---- Material to process
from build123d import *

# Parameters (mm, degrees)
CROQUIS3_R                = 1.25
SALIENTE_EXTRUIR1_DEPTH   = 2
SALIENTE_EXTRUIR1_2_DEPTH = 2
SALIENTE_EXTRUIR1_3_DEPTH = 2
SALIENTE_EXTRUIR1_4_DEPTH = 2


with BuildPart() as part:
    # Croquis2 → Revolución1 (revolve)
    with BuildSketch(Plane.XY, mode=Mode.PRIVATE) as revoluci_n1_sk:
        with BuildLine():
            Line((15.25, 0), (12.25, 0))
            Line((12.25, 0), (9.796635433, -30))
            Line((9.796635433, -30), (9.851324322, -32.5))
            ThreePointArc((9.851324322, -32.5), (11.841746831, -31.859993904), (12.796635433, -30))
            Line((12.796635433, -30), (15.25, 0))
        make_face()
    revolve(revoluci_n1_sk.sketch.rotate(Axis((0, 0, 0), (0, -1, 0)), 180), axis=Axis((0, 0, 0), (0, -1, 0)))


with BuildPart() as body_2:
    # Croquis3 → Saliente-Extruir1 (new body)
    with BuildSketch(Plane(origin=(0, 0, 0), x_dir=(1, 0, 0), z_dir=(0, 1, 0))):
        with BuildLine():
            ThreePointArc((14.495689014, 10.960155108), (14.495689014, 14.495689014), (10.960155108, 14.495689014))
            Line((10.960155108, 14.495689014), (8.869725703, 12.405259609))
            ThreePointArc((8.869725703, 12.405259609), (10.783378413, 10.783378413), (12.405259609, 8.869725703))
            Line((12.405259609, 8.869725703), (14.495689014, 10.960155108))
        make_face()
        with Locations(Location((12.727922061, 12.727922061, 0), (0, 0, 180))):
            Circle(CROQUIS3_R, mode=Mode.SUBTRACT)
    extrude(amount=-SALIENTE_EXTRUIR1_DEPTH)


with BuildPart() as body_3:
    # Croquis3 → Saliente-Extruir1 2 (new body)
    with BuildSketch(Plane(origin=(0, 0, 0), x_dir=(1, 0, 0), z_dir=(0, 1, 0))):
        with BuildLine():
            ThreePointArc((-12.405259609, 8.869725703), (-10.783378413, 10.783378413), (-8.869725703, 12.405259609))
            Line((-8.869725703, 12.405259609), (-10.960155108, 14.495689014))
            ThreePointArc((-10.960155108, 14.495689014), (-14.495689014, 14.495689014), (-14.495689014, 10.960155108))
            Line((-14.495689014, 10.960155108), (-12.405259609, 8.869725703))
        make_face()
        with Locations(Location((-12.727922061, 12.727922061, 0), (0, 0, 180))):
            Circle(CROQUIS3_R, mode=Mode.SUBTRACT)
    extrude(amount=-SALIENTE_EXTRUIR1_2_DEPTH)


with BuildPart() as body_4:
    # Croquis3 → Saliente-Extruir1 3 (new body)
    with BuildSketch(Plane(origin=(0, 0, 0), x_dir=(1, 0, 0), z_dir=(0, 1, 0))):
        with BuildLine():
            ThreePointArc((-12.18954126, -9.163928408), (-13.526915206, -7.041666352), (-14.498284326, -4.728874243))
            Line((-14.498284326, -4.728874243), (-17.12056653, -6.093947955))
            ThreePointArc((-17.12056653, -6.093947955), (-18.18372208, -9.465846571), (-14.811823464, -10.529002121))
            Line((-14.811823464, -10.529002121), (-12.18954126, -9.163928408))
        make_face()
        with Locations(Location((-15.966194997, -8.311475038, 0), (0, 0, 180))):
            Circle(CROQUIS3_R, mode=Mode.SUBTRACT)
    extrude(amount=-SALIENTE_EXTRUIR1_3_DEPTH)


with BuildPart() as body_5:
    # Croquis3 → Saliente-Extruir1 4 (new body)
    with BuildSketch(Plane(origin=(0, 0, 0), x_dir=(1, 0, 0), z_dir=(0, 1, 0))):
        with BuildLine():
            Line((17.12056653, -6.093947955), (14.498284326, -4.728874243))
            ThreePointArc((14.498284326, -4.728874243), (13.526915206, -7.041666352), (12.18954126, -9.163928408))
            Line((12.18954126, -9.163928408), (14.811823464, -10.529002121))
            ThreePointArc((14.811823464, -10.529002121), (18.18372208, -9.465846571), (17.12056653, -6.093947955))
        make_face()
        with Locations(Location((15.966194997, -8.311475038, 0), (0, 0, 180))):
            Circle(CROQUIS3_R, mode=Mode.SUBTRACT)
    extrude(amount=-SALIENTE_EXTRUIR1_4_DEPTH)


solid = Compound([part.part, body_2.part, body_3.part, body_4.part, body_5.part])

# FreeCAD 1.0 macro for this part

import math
import FreeCAD as App
import Part
import Sketcher

V = App.Vector
Q = App.Units.Quantity

doc = App.newDocument("Part")
body = doc.addObject("PartDesign::Body", "Body")

# Sketch on XY plane
sketch1 = body.newObject("Sketcher::SketchObject", "Sketch")
sketch1.AttachmentSupport = (doc.getObject("XY_Plane"), [""])
sketch1.MapMode = "FlatFace"
sketch1.addGeometry(Part.LineSegment(V(15.2, 0, 0), V(12.2, 0, 0)), False)
sketch1.addGeometry(Part.LineSegment(V(12.2, 0, 0), V(9.8, -30, 0)), False)
sketch1.addGeometry(Part.LineSegment(V(9.8, -30, 0), V(9.9, -32.5, 0)), False)
sketch1.addGeometry(Part.ArcOfCircle(Part.Circle(V(10.1, -29.8, 0), V(0, 0, 1), 2.7), math.radians(-95), math.radians(-5)), False)
sketch1.addGeometry(Part.LineSegment(V(12.8, -30, 0), V(15.2, 0, 0)), False)
sketch1.addConstraint(Sketcher.Constraint("Coincident", 0, 2, 1, 1))
sketch1.addConstraint(Sketcher.Constraint("Coincident", 1, 2, 2, 1))
sketch1.addConstraint(Sketcher.Constraint("Coincident", 2, 2, 3, 1))
sketch1.addConstraint(Sketcher.Constraint("Tangent", 3, 2, 4, 1))
sketch1.addConstraint(Sketcher.Constraint("Coincident", 4, 2, 0, 1))
sketch1.addConstraint(Sketcher.Constraint("Horizontal", 0))
sketch1.addConstraint(Sketcher.Constraint("PointOnObject", 0, 2, -1))
sketch1.addConstraint(Sketcher.Constraint("Parallel", 1, 4))
sketch1.addConstraint(Sketcher.Constraint("Horizontal", 1, 2, 3, 2))
sketch1.addConstraint(Sketcher.Constraint("DistanceX", 0, 2, 0, 1, 3.0))
sketch1.addConstraint(Sketcher.Constraint("DistanceY", 1, 2, -1, 1, 30.0))
sketch1.addConstraint(Sketcher.Constraint("DistanceY", 2, 2, -1, 1, 32.5))
sketch1.addConstraint(Sketcher.Constraint("DistanceX", -1, 1, 0, 2, 12.25))
sketch1.addConstraint(Sketcher.Constraint("Radius", 3, 2.731745))
sketch1.addConstraint(Sketcher.Constraint("Distance", 2, 2.500598))
revolution = body.newObject("PartDesign::Revolution", "Revolution")
revolution.Profile = sketch1
revolution.ReferenceAxis = (sketch1, ["V_Axis"])
revolution.Angle = 360
body2 = doc.addObject("PartDesign::Body", "Body001")

# Sketch on XZ plane
sketch2 = body2.newObject("Sketcher::SketchObject", "Sketch001")
sketch2.AttachmentSupport = (doc.getObject("XZ_Plane001"), [""])
sketch2.MapMode = "FlatFace"
sketch2.addGeometry(Part.ArcOfCircle(Part.Circle(V(12.7, -12.7, 0), V(0, 0, 1), 2.5), math.radians(-135), math.radians(45)), False)
sketch2.addGeometry(Part.LineSegment(V(11, -14.5, 0), V(8.9, -12.4, 0)), False)
sketch2.addGeometry(Part.ArcOfCircle(Part.Circle(V(0, 0, 0), V(0, 0, 1), 15.3), math.radians(-54.44), math.radians(-35.56)), False)
sketch2.addGeometry(Part.LineSegment(V(12.4, -8.9, 0), V(14.5, -11, 0)), False)
sketch2.addGeometry(Part.Circle(V(12.7, -12.7, 0), V(0, 0, 1), 1.2), False)
sketch2.addConstraint(Sketcher.Constraint("Tangent", 0, 1, 1, 1))
sketch2.addConstraint(Sketcher.Constraint("Coincident", 1, 2, 2, 1))
sketch2.addConstraint(Sketcher.Constraint("Coincident", 2, 2, 3, 1))
sketch2.addConstraint(Sketcher.Constraint("Tangent", 3, 2, 0, 2))
sketch2.addConstraint(Sketcher.Constraint("Coincident", 2, 3, -1, 1))
sketch2.addConstraint(Sketcher.Constraint("Coincident", 4, 3, 0, 3))
sketch2.addConstraint(Sketcher.Constraint("Parallel", 1, 3))
sketch2.addConstraint(Sketcher.Constraint("Equal", 1, 3))
sketch2.addConstraint(Sketcher.Constraint("Diameter", 4, 2.5))
sketch2.addConstraint(Sketcher.Constraint("Radius", 0, 2.5))
sketch2.addConstraint(Sketcher.Constraint("Angle", 1, Q("135 deg")))
sketch2.addConstraint(Sketcher.Constraint("Radius", 2, 15.25))
sketch2.addConstraint(Sketcher.Constraint("DistanceY", 0, 1, -1, 1, 14.495689))
pad1 = body2.newObject("PartDesign::Pad", "Pad")
pad1.Profile = sketch2
pad1.Length = 2
body3 = doc.addObject("PartDesign::Body", "Body002")

# Sketch on XZ plane
sketch3 = body3.newObject("Sketcher::SketchObject", "Sketch002")
sketch3.AttachmentSupport = (doc.getObject("XZ_Plane002"), [""])
sketch3.MapMode = "FlatFace"
sketch3.addGeometry(Part.ArcOfCircle(Part.Circle(V(0, 0, 0), V(0, 0, 1), 15.3), math.radians(-144.44), math.radians(-125.56)), False)
sketch3.addGeometry(Part.LineSegment(V(-8.9, -12.4, 0), V(-11, -14.5, 0)), False)
sketch3.addGeometry(Part.ArcOfCircle(Part.Circle(V(-12.7, -12.7, 0), V(0, 0, 1), 2.5), math.radians(135), math.radians(315)), False)
sketch3.addGeometry(Part.LineSegment(V(-14.5, -11, 0), V(-12.4, -8.9, 0)), False)
sketch3.addGeometry(Part.Circle(V(-12.7, -12.7, 0), V(0, 0, 1), 1.2), False)
sketch3.addConstraint(Sketcher.Constraint("Coincident", 0, 2, 1, 1))
sketch3.addConstraint(Sketcher.Constraint("Tangent", 1, 2, 2, 2))
sketch3.addConstraint(Sketcher.Constraint("Tangent", 2, 1, 3, 1))
sketch3.addConstraint(Sketcher.Constraint("Coincident", 3, 2, 0, 1))
sketch3.addConstraint(Sketcher.Constraint("Coincident", 0, 3, -1, 1))
sketch3.addConstraint(Sketcher.Constraint("Coincident", 4, 3, 2, 3))
sketch3.addConstraint(Sketcher.Constraint("Parallel", 1, 3))
sketch3.addConstraint(Sketcher.Constraint("Equal", 1, 3))
sketch3.addConstraint(Sketcher.Constraint("Diameter", 4, 2.5))
sketch3.addConstraint(Sketcher.Constraint("Radius", 2, 2.5))
sketch3.addConstraint(Sketcher.Constraint("Angle", 1, Q("-135 deg")))
sketch3.addConstraint(Sketcher.Constraint("Radius", 0, 15.25))
sketch3.addConstraint(Sketcher.Constraint("DistanceY", 1, 2, -1, 1, 14.495689))
pad2 = body3.newObject("PartDesign::Pad", "Pad001")
pad2.Profile = sketch3
pad2.Length = 2
body4 = doc.addObject("PartDesign::Body", "Body003")

# Sketch on XZ plane
sketch4 = body4.newObject("Sketcher::SketchObject", "Sketch003")
sketch4.AttachmentSupport = (doc.getObject("XZ_Plane003"), [""])
sketch4.MapMode = "FlatFace"
sketch4.addGeometry(Part.ArcOfCircle(Part.Circle(V(0, 0, 0), V(0, 0, 1), 15.2), math.radians(143.06), math.radians(161.94)), False)
sketch4.addGeometry(Part.LineSegment(V(-14.5, 4.7, 0), V(-17.1, 6.1, 0)), False)
sketch4.addGeometry(Part.ArcOfCircle(Part.Circle(V(-16, 8.3, 0), V(0, 0, 1), 2.5), math.radians(63), math.radians(243)), False)
sketch4.addGeometry(Part.LineSegment(V(-14.8, 10.5, 0), V(-12.2, 9.2, 0)), False)
sketch4.addGeometry(Part.Circle(V(-16, 8.3, 0), V(0, 0, 1), 1.2), False)
sketch4.addConstraint(Sketcher.Constraint("Coincident", 0, 2, 1, 1))
sketch4.addConstraint(Sketcher.Constraint("Tangent", 1, 2, 2, 2))
sketch4.addConstraint(Sketcher.Constraint("Tangent", 2, 1, 3, 1))
sketch4.addConstraint(Sketcher.Constraint("Coincident", 3, 2, 0, 1))
sketch4.addConstraint(Sketcher.Constraint("Coincident", 0, 3, -1, 1))
sketch4.addConstraint(Sketcher.Constraint("Coincident", 4, 3, 2, 3))
sketch4.addConstraint(Sketcher.Constraint("Parallel", 1, 3))
sketch4.addConstraint(Sketcher.Constraint("Equal", 1, 3))
sketch4.addConstraint(Sketcher.Constraint("Diameter", 4, 2.5))
sketch4.addConstraint(Sketcher.Constraint("Radius", 2, 2.5))
sketch4.addConstraint(Sketcher.Constraint("Radius", 0, 15.25))
sketch4.addConstraint(Sketcher.Constraint("Angle", 1, Q("152.5 deg")))
sketch4.addConstraint(Sketcher.Constraint("DistanceY", 0, 2, 2, 3, 3.582601))
pad3 = body4.newObject("PartDesign::Pad", "Pad002")
pad3.Profile = sketch4
pad3.Length = 2
body5 = doc.addObject("PartDesign::Body", "Body004")

# Sketch on XZ plane
sketch5 = body5.newObject("Sketcher::SketchObject", "Sketch004")
sketch5.AttachmentSupport = (doc.getObject("XZ_Plane004"), [""])
sketch5.MapMode = "FlatFace"
sketch5.addGeometry(Part.LineSegment(V(17.1, 6.1, 0), V(14.5, 4.7, 0)), False)
sketch5.addGeometry(Part.ArcOfCircle(Part.Circle(V(0, 0, 0), V(0, 0, 1), 15.2), math.radians(18.06), math.radians(36.94)), False)
sketch5.addGeometry(Part.LineSegment(V(12.2, 9.2, 0), V(14.8, 10.5, 0)), False)
sketch5.addGeometry(Part.ArcOfCircle(Part.Circle(V(16, 8.3, 0), V(0, 0, 1), 2.5), math.radians(-63), math.radians(117)), False)
sketch5.addGeometry(Part.Circle(V(16, 8.3, 0), V(0, 0, 1), 1.2), False)
sketch5.addConstraint(Sketcher.Constraint("Coincident", 0, 2, 1, 1))
sketch5.addConstraint(Sketcher.Constraint("Coincident", 1, 2, 2, 1))
sketch5.addConstraint(Sketcher.Constraint("Tangent", 2, 2, 3, 2))
sketch5.addConstraint(Sketcher.Constraint("Tangent", 3, 1, 0, 1))
sketch5.addConstraint(Sketcher.Constraint("Coincident", 1, 3, -1, 1))
sketch5.addConstraint(Sketcher.Constraint("Coincident", 4, 3, 3, 3))
sketch5.addConstraint(Sketcher.Constraint("Parallel", 0, 2))
sketch5.addConstraint(Sketcher.Constraint("Equal", 0, 2))
sketch5.addConstraint(Sketcher.Constraint("Diameter", 4, 2.5))
sketch5.addConstraint(Sketcher.Constraint("Radius", 3, 2.5))
sketch5.addConstraint(Sketcher.Constraint("Radius", 1, 15.25))
sketch5.addConstraint(Sketcher.Constraint("Angle", 0, Q("-152.5 deg")))
sketch5.addConstraint(Sketcher.Constraint("DistanceY", 0, 2, 3, 3, 3.582601))
pad4 = body5.newObject("PartDesign::Pad", "Pad003")
pad4.Profile = sketch5
pad4.Length = 2

doc.recompute()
--------
§ **What this task involves**
Please transcribe only the lines in the records above running from the line that has "extrude(amount=-SALIENTE_EXTRUIR1_DEPTH)" through the line that has "-4.728874243), (-17.12056653, -6.093947955))", both included, exactly as they appear.

§ **Expected answer**
    extrude(amount=-SALIENTE_EXTRUIR1_DEPTH)


with BuildPart() as body_3:
    # Croquis3 → Saliente-Extruir1 2 (new body)
    with BuildSketch(Plane(origin=(0, 0, 0), x_dir=(1, 0, 0), z_dir=(0, 1, 0))):
        with BuildLine():
            ThreePointArc((-12.405259609, 8.869725703), (-10.783378413, 10.783378413), (-8.869725703, 12.405259609))
            Line((-8.869725703, 12.405259609), (-10.960155108, 14.495689014))
            ThreePointArc((-10.960155108, 14.495689014), (-14.495689014, 14.495689014), (-14.495689014, 10.960155108))
            Line((-14.495689014, 10.960155108), (-12.405259609, 8.869725703))
        make_face()
        with Locations(Location((-12.727922061, 12.727922061, 0), (0, 0, 180))):
            Circle(CROQUIS3_R, mode=Mode.SUBTRACT)
    extrude(amount=-SALIENTE_EXTRUIR1_2_DEPTH)


with BuildPart() as body_4:
    # Croquis3 → Saliente-Extruir1 3 (new body)
    with BuildSketch(Plane(origin=(0, 0, 0), x_dir=(1, 0, 0), z_dir=(0, 1, 0))):
        with BuildLine():
            ThreePointArc((-12.18954126, -9.163928408), (-13.526915206, -7.041666352), (-14.498284326, -4.728874243))
            Line((-14.498284326, -4.728874243), (-17.12056653, -6.093947955))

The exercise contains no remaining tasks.